>>>>

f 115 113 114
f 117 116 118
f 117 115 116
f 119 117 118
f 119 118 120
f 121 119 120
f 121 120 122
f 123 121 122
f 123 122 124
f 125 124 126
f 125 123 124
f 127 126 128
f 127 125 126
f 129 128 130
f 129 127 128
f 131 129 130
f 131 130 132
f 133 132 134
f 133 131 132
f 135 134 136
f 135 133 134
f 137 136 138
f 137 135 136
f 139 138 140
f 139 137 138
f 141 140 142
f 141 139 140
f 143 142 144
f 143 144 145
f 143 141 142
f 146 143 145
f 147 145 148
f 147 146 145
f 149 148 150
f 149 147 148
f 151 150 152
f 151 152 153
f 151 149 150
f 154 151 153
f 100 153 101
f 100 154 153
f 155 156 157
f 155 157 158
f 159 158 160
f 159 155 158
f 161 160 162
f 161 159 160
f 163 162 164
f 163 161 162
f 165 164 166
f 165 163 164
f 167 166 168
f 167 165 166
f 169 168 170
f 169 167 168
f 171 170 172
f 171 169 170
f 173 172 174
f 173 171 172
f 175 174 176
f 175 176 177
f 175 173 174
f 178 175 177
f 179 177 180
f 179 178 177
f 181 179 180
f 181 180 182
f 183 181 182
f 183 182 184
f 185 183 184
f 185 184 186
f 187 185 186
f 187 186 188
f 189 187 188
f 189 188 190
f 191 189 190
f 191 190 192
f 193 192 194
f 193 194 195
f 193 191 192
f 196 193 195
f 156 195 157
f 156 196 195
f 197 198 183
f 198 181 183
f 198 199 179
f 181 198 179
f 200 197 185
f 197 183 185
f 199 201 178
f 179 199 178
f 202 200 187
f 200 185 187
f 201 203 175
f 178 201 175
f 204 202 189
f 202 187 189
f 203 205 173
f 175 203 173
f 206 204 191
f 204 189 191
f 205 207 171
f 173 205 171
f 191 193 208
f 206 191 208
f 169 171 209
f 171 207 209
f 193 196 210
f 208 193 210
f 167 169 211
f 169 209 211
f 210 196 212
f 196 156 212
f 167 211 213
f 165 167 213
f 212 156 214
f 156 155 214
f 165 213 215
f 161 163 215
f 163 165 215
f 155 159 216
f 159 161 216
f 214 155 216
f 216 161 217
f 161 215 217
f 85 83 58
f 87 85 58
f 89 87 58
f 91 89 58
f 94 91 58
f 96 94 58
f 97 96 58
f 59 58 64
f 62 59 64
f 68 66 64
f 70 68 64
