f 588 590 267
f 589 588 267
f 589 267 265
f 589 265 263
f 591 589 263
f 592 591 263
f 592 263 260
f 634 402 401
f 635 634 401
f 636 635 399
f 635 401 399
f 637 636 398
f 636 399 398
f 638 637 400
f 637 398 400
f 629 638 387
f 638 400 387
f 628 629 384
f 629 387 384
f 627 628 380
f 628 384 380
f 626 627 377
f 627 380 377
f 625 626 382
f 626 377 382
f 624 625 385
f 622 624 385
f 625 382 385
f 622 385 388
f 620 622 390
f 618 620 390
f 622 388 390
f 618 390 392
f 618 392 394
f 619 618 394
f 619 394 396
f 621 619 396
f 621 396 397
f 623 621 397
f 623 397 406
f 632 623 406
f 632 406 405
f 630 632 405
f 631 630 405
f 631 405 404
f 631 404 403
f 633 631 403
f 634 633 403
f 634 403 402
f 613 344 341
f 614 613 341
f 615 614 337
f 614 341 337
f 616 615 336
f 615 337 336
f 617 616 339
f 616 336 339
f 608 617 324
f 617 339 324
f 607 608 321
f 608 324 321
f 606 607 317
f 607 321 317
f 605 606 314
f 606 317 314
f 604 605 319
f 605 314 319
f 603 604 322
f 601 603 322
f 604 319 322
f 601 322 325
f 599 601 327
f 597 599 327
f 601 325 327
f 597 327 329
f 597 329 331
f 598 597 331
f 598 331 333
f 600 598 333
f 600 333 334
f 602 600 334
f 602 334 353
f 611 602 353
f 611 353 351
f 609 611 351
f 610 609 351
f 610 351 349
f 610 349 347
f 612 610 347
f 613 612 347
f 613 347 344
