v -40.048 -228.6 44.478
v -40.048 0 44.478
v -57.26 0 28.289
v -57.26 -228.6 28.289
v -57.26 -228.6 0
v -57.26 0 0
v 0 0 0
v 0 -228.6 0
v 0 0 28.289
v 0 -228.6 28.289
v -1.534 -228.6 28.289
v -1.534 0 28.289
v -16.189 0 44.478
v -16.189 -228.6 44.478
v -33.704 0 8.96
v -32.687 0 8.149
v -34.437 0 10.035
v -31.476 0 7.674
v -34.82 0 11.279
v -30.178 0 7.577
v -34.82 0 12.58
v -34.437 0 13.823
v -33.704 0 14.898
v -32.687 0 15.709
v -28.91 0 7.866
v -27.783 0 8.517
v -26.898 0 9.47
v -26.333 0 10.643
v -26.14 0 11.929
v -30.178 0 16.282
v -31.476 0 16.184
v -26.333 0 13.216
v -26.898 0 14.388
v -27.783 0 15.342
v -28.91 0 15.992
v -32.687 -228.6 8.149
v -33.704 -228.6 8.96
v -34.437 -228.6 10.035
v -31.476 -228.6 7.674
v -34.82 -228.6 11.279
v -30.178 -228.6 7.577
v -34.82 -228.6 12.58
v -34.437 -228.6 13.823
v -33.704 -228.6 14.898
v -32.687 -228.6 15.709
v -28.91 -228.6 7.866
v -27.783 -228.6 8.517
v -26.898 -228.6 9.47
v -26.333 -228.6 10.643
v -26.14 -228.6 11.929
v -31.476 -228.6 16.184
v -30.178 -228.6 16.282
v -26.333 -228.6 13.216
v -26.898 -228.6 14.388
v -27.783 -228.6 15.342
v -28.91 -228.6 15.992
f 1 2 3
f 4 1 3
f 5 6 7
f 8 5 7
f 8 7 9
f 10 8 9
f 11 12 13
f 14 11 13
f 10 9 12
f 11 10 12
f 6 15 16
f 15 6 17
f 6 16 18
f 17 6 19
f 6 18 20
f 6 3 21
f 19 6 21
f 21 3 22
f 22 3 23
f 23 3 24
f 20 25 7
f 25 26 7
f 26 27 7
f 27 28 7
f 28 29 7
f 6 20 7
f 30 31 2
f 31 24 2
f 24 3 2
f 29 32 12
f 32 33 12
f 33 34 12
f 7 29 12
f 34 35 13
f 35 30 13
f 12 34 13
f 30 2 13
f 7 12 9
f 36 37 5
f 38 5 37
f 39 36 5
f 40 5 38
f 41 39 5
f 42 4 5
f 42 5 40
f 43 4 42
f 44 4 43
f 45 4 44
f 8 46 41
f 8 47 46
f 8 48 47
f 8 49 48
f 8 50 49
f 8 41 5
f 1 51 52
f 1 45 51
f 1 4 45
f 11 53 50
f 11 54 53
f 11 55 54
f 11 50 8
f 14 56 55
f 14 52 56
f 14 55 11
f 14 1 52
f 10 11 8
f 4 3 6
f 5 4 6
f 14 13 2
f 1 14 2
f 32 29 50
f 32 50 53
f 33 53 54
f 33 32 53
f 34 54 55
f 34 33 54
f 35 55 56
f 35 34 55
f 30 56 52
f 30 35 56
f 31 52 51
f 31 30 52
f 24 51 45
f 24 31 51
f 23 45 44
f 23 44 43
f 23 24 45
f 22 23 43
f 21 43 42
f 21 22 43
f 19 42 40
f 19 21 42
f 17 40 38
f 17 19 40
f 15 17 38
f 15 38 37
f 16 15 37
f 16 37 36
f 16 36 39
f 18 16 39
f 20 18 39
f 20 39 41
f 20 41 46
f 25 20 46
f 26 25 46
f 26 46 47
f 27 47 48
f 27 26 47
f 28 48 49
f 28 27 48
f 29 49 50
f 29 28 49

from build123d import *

# Parameters (mm, degrees)
F0_R     = 4.364763
F1_DEPTH = 228.6
F2_R     = 4.118273
F2_R_2   = 7.189832
F2_R_3   = 4.635799
F3_DEPTH = 25.4


with BuildPart() as f1:
    # F0 (on Front) → F1 (new body)
    with BuildSketch(Plane.XZ):
        Polygon((-57.259552, 0), (0, 0), (0, 28.288946), (-1.533737, 28.288946), (-57.259552, 28.288946), align=None)
        with Locations((-30.504346, 11.929073)):
            Circle(F0_R, mode=Mode.SUBTRACT)
        Polygon((-40.047605, 44.478402), (-57.259552, 28.288946), (-1.533737, 28.288946), (-16.189458, 44.478402), align=None)
    extrude(amount=F1_DEPTH)

    # F2 (on face) → F3 (join)
    with BuildSketch(Plane.XY.offset(44.478402)):
        with Locations((-31.015592, -27.802045)):
            Circle(F2_R)
        with Locations((-31.015592, -55.409327)):
            Circle(F2_R_2)
        with Locations((-28.970607, -90.514891)):
            Circle(F2_R_3)
    extrude(amount=-F3_DEPTH)


solid = f1.part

<<<<

## THE TASK
Taking the line with "f 193 191 192" as the first and the line with "f 589 588 267" as the last, retype that stretch of the data above exactly, with no other lines.

## WRITTEN SOLUTION
f 193 191 192
f 196 193 195
f 156 195 157
f 156 196 195
f 197 198 183
f 198 181 183
f 198 199 179
f 181 198 179
f 200 197 185
f 197 183 185
f 199 201 178
f 179 199 178
f 202 200 187
f 200 185 187
f 201 203 175
f 178 201 175
f 204 202 189
f 202 187 189
f 203 205 173
f 175 203 173
f 206 204 191
f 204 189 191
f 205 207 171
f 173 205 171
f 191 193 208
f 206 191 208
f 169 171 209
f 171 207 209
f 193 196 210
f 208 193 210
f 167 169 211
f 169 209 211
f 210 196 212
f 196 156 212
f 167 211 213
f 165 167 213
f 212 156 214
f 156 155 214
f 165 213 215
f 161 163 215
f 163 165 215
f 155 159 216
f 159 161 216
f 214 155 216
f 216 161 217
f 161 215 217
f 85 83 58
f 87 85 58
f 89 87 58
f 91 89 58
f 94 91 58
f 96 94 58
f 97 96 58
f 59 58 64
f 62 59 64
f 68 66 64
f 70 68 64
f 588 590 267
f 589 588 267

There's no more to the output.